YOUR TASK
Which of the lines below include the word "Rectangle"? Pull each one out.

INPUT DATA
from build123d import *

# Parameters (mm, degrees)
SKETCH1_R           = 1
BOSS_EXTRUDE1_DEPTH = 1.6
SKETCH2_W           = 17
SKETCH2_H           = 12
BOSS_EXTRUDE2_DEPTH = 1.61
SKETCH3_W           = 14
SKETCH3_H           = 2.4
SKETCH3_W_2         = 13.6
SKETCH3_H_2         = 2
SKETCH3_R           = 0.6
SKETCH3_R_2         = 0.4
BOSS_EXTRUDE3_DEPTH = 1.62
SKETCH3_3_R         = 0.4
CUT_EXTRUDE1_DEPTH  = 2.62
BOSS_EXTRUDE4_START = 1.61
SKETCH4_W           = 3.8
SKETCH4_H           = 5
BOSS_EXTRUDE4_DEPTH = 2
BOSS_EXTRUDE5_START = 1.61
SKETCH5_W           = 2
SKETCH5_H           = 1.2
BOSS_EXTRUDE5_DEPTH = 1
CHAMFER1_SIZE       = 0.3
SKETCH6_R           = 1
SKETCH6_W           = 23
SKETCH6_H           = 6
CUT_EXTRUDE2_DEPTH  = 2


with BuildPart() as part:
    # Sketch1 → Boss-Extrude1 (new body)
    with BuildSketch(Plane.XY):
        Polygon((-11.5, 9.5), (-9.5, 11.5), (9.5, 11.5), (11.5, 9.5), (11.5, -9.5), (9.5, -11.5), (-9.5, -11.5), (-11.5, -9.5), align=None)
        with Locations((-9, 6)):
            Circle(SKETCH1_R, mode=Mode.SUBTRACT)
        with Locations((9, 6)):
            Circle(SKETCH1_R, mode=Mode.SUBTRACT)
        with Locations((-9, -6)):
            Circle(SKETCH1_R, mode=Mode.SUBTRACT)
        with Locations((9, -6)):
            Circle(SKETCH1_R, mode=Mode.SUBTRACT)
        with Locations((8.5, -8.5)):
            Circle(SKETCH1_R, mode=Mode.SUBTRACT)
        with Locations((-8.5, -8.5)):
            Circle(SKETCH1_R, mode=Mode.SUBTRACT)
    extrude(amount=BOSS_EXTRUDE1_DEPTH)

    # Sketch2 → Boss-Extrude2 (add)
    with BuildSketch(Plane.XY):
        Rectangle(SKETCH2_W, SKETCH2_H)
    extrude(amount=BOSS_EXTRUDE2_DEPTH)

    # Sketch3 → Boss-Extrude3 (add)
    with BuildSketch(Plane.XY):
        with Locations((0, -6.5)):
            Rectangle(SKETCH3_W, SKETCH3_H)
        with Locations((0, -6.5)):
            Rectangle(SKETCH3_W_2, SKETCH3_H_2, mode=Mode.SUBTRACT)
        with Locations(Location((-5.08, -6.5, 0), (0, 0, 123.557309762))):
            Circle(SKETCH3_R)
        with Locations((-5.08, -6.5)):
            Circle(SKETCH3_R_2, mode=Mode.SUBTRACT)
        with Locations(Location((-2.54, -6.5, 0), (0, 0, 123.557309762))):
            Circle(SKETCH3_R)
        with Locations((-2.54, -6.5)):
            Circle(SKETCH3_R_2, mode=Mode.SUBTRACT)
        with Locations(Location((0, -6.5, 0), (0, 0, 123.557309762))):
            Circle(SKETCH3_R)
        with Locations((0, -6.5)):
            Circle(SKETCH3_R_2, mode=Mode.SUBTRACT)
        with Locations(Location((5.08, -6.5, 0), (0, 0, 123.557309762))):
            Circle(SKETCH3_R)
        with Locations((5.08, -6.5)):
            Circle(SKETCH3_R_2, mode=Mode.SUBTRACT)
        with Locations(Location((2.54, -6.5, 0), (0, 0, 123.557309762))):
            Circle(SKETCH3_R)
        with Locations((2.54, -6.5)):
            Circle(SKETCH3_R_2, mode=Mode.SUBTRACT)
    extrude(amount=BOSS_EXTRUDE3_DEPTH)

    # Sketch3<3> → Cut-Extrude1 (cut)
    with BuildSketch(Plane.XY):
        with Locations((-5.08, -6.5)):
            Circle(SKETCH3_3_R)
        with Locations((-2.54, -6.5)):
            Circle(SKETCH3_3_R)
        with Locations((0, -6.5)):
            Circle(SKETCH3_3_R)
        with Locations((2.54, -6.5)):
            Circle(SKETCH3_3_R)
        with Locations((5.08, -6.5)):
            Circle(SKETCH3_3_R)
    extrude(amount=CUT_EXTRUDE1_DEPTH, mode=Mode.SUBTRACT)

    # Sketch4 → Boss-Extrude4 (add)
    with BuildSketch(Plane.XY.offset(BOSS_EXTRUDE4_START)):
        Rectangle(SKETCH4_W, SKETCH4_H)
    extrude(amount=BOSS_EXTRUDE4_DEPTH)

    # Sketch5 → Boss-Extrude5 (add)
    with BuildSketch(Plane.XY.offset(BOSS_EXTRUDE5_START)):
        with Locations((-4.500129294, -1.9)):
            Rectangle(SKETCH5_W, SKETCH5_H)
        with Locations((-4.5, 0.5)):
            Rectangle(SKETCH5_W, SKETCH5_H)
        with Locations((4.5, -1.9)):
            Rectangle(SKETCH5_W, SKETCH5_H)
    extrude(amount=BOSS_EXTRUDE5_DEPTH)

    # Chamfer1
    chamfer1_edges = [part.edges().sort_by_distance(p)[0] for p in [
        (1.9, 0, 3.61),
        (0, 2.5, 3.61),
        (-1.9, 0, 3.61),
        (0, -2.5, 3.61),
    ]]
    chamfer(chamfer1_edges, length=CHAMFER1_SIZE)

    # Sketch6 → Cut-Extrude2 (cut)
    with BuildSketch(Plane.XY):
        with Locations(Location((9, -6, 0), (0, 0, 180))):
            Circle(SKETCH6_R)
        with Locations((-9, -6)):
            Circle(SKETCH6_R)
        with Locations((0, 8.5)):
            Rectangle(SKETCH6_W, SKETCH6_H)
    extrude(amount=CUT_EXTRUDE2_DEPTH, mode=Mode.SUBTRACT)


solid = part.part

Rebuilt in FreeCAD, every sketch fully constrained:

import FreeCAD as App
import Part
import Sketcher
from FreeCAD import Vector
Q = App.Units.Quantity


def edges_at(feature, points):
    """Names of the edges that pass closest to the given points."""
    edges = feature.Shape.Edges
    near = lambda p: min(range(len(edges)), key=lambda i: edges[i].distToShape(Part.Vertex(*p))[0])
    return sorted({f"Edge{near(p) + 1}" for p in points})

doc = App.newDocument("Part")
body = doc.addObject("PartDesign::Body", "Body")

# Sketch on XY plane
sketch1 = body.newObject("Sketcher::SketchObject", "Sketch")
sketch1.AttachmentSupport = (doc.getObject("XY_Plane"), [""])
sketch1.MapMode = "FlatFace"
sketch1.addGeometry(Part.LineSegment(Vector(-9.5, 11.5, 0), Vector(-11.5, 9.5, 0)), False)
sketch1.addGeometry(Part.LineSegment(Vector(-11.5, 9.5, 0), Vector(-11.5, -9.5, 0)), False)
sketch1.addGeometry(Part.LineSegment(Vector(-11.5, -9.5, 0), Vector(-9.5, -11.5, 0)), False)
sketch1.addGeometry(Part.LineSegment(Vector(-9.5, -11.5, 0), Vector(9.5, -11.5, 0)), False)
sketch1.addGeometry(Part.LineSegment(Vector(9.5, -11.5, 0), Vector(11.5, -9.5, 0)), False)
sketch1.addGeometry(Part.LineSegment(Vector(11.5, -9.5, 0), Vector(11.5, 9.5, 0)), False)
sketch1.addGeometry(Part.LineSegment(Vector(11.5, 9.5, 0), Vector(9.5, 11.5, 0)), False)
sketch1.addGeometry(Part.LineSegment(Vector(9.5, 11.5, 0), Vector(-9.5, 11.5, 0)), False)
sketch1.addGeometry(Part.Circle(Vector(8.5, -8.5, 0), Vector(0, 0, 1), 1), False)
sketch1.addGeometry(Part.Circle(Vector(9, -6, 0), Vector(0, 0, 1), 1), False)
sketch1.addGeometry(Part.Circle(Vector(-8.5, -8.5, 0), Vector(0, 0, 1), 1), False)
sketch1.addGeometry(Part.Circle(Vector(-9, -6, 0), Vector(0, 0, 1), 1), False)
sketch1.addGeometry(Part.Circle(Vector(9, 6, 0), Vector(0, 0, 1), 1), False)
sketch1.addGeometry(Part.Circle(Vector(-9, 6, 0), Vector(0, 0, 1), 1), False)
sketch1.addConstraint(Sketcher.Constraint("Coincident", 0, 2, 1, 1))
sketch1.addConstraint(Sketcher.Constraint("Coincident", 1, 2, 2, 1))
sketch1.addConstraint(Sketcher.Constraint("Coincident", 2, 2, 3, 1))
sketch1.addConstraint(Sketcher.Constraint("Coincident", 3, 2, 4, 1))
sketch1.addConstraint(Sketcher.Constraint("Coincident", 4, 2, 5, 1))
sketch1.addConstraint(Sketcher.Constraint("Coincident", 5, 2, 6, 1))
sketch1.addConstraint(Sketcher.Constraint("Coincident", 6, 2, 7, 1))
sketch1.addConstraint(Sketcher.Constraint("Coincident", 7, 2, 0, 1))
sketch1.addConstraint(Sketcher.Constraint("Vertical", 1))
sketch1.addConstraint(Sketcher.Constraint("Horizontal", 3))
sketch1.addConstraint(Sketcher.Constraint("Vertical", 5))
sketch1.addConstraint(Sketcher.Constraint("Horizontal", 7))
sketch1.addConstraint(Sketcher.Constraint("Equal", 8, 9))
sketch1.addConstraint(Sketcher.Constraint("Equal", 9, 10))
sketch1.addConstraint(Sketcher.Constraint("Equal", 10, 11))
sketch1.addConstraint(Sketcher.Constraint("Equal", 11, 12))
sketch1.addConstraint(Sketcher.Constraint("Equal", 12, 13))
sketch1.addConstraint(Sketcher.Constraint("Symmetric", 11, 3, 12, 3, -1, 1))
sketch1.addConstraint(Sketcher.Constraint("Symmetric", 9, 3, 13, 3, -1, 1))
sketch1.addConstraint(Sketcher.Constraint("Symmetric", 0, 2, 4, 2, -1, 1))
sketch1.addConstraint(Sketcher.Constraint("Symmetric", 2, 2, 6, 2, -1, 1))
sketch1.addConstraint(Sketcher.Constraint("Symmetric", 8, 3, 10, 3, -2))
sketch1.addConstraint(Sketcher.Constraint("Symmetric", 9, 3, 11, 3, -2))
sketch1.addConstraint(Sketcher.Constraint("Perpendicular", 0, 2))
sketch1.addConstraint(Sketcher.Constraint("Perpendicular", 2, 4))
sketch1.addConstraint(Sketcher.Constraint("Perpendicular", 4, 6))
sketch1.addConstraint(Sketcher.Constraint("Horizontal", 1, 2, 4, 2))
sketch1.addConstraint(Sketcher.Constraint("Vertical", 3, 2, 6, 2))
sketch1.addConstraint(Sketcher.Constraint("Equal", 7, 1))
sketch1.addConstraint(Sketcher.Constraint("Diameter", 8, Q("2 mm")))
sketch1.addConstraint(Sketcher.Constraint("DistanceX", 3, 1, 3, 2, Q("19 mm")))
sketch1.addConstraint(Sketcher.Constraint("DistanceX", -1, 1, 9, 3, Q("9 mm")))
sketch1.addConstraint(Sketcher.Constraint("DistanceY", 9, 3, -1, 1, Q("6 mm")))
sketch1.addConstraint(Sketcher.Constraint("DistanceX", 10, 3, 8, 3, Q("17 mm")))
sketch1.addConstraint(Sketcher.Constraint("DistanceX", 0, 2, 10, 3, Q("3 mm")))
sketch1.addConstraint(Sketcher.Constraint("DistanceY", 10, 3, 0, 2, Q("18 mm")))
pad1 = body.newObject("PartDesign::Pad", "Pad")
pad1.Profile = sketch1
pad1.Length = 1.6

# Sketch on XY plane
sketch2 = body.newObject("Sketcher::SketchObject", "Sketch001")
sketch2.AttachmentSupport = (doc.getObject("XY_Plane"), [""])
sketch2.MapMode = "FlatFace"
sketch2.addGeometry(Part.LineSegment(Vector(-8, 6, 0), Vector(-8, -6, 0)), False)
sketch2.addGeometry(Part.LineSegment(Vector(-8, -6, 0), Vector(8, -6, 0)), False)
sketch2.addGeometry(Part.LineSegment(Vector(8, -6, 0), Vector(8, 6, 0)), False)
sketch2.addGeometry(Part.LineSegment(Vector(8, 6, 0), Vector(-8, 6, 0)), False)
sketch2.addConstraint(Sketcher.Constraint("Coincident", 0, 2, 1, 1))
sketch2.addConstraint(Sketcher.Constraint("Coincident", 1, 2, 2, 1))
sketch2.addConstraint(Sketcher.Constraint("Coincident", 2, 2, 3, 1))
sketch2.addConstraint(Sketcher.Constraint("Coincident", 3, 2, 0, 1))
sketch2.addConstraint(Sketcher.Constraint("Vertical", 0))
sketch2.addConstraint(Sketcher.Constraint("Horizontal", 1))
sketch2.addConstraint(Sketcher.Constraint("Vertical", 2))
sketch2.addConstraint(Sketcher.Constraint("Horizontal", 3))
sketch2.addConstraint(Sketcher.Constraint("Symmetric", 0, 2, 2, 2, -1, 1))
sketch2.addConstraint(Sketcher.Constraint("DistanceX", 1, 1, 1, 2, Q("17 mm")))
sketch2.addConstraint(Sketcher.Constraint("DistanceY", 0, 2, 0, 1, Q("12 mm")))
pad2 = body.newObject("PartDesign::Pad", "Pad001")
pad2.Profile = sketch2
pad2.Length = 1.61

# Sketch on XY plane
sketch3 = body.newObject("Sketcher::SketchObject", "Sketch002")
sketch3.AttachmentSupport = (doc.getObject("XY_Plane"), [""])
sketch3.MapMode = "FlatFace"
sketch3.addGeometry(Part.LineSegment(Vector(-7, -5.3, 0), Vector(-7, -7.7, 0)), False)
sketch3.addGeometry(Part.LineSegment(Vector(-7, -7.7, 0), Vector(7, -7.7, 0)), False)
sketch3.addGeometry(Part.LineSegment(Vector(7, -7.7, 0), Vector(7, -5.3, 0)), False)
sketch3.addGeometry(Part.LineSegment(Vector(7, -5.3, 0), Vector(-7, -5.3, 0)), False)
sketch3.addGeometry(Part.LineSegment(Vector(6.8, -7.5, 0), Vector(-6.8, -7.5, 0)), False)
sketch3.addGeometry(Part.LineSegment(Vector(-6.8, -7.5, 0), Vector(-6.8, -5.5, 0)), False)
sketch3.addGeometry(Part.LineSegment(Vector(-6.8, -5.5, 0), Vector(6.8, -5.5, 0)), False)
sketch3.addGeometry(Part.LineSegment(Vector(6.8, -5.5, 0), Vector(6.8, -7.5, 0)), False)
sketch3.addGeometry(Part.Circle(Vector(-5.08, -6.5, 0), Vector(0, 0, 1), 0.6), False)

ANSWER SECTION
        Rectangle(SKETCH2_W, SKETCH2_H)
            Rectangle(SKETCH3_W, SKETCH3_H)
            Rectangle(SKETCH3_W_2, SKETCH3_H_2, mode=Mode.SUBTRACT)
        Rectangle(SKETCH4_W, SKETCH4_H)
            Rectangle(SKETCH5_W, SKETCH5_H)
            Rectangle(SKETCH5_W, SKETCH5_H)
            Rectangle(SKETCH5_W, SKETCH5_H)
            Rectangle(SKETCH6_W, SKETCH6_H)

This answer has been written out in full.